I have a table that's going to be used to compute a "fitness" value for each row. That is, I have a
table = np.array([10, 5, 4, 6, 5, 1, 6, 4, 9, 7, 3, 2, 1, 8, 3,
6, 4, 6, 5, 3, 7, 2, 1, 4, 3, 2, 5, 6, 8, 7, 7, 6, 4, 1, 3, 2])
table = table.T
and I'm going to multiply each row of arr with table. The result of that multiplication, a 1x1 matrix, will be stored as the "fitness" value of that corresponding row. UNLESS the row does not fit the requirement described above, which should return 0.
an example of what should be returned is
result = array([5,12,13,14,20,34])
I need a way to do this but I'm too new to numpy to know how to.
(I'm Assuming you want what you've asked for in the first half).
I believe better or more elegant solutions exist, but this is what I think can do the job.
np.all(arr[:,6] == 1) and np.all(arr[:, :6] == 0) and np.all(arr[:, 7:])
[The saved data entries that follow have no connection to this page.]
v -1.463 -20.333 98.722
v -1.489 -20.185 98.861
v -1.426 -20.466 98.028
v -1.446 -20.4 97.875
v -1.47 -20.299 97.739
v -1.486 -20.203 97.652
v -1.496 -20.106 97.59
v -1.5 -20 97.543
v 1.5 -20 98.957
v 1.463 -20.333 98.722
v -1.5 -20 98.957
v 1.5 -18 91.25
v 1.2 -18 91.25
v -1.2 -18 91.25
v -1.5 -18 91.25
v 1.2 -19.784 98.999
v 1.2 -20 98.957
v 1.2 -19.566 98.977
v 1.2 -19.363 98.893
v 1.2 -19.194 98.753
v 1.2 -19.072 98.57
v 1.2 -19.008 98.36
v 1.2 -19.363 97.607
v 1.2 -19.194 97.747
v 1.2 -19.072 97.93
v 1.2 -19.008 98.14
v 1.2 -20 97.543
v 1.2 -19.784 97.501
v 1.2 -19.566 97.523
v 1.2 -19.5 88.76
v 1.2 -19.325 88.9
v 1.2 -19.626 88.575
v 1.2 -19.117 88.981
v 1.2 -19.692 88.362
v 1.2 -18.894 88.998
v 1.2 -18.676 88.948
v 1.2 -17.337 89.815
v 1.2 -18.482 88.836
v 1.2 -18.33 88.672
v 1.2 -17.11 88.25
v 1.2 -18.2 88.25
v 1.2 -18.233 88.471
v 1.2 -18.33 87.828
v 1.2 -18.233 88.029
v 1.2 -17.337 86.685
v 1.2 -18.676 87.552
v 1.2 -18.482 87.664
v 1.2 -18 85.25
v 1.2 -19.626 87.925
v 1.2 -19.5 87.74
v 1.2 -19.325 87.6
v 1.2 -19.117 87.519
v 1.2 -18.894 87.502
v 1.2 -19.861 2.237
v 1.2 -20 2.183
Alternatively, you can construct the array (with 0's and 1's) and then just compare with it, say using not_equal.
I'm also not 100% sure of your question, but I'll try to answer with the best of my knowledge.
Since you're saying your matrix has "hidden rows", to check whether it is well formed, the easiest way seems to be to just reshape it:
# First check, returns true if all elements are either 0 or 1
np.in1d(arr, [0,1]).all()
# Second check, provided the above was True, returns True if
# each "hidden row" has exactly one 1 and other 0.
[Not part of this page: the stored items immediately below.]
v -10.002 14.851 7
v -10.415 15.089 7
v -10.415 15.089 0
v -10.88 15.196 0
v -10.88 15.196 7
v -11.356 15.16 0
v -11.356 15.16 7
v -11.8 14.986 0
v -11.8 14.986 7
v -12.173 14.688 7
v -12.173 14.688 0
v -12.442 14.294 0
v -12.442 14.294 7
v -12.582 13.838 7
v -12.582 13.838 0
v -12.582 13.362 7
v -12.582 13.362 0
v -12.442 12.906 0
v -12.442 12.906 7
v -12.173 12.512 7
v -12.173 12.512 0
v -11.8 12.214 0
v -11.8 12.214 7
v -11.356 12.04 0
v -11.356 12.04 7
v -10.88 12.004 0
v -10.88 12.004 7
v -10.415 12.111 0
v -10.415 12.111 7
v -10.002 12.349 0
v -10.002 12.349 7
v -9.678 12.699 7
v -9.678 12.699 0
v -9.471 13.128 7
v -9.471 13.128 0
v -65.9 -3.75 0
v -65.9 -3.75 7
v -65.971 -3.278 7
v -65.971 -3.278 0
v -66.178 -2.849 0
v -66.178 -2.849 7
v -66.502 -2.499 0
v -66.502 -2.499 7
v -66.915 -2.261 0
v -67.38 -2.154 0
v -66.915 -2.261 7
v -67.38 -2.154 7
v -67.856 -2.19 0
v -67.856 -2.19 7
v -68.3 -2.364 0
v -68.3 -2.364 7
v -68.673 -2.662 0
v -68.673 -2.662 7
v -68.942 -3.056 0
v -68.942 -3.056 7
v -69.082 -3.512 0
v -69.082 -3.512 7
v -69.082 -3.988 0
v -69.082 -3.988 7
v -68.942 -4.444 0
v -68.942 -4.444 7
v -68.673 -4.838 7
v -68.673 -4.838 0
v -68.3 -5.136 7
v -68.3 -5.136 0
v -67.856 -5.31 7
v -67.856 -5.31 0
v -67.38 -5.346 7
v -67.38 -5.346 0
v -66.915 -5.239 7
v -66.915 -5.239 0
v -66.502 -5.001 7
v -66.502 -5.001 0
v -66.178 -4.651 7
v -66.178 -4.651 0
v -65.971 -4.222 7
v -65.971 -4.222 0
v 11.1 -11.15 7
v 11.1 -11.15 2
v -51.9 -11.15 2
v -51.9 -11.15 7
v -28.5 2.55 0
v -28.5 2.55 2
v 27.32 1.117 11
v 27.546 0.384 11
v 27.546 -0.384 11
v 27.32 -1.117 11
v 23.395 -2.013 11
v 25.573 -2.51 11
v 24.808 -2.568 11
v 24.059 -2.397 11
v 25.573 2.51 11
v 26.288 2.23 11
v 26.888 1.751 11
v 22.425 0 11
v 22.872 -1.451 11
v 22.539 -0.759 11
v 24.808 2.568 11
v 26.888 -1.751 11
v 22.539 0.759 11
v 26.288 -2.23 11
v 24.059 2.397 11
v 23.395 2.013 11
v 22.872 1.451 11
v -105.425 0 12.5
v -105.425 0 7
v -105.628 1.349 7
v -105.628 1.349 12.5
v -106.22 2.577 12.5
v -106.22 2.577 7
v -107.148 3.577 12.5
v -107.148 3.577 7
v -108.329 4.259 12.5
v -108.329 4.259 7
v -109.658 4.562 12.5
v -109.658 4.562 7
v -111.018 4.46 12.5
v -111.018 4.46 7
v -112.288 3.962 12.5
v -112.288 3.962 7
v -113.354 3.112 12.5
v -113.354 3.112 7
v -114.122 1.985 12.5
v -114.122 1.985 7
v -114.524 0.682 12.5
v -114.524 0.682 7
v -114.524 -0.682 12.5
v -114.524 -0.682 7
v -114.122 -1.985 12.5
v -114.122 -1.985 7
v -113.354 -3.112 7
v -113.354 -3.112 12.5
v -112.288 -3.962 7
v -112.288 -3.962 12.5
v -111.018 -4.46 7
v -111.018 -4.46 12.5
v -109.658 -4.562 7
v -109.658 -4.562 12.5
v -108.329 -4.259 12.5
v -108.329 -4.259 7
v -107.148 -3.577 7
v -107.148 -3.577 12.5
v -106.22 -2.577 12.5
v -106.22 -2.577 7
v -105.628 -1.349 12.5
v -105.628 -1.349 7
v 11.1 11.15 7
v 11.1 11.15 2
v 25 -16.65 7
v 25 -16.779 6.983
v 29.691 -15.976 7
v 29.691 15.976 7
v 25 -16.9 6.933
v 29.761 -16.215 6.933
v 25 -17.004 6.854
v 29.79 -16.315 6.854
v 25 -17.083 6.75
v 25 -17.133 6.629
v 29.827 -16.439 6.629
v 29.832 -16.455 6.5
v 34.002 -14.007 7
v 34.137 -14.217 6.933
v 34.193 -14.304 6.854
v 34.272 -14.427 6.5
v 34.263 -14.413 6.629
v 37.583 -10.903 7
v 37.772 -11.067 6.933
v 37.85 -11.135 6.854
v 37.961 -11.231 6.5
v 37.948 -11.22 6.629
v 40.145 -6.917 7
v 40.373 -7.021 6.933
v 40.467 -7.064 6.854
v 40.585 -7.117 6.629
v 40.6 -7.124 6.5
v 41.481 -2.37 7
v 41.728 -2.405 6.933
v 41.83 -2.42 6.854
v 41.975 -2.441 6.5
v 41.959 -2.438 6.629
(arr.reshape(6,6,6).sum(axis=2) == 1).all()
Both checks return "True" for your arr.
Now, my understanding is that for each "large" row of 36 elements, you want a scalar product with your "table" vector, unless that "large" row has an ill-formed "hidden small" row. In this case, I'd do something like:
# The following computes the result, not checking for integrity
results = arr.dot(table)
# Now remove the results that are not well formed.
# First, compute "large" rows where at least one "small" subrow
# fails the condition.
mask = (arr.reshape(6,6,6).sum(axis=2) != 1).any(axis=1)
# And set the corresponding answer to 0
results[mask] = 0
However, running this code against your data returns as answer
array([38, 31, 24, 24, 32, 20])
which is not what you mention; did I misunderstand your requirement, or was the example based on different data?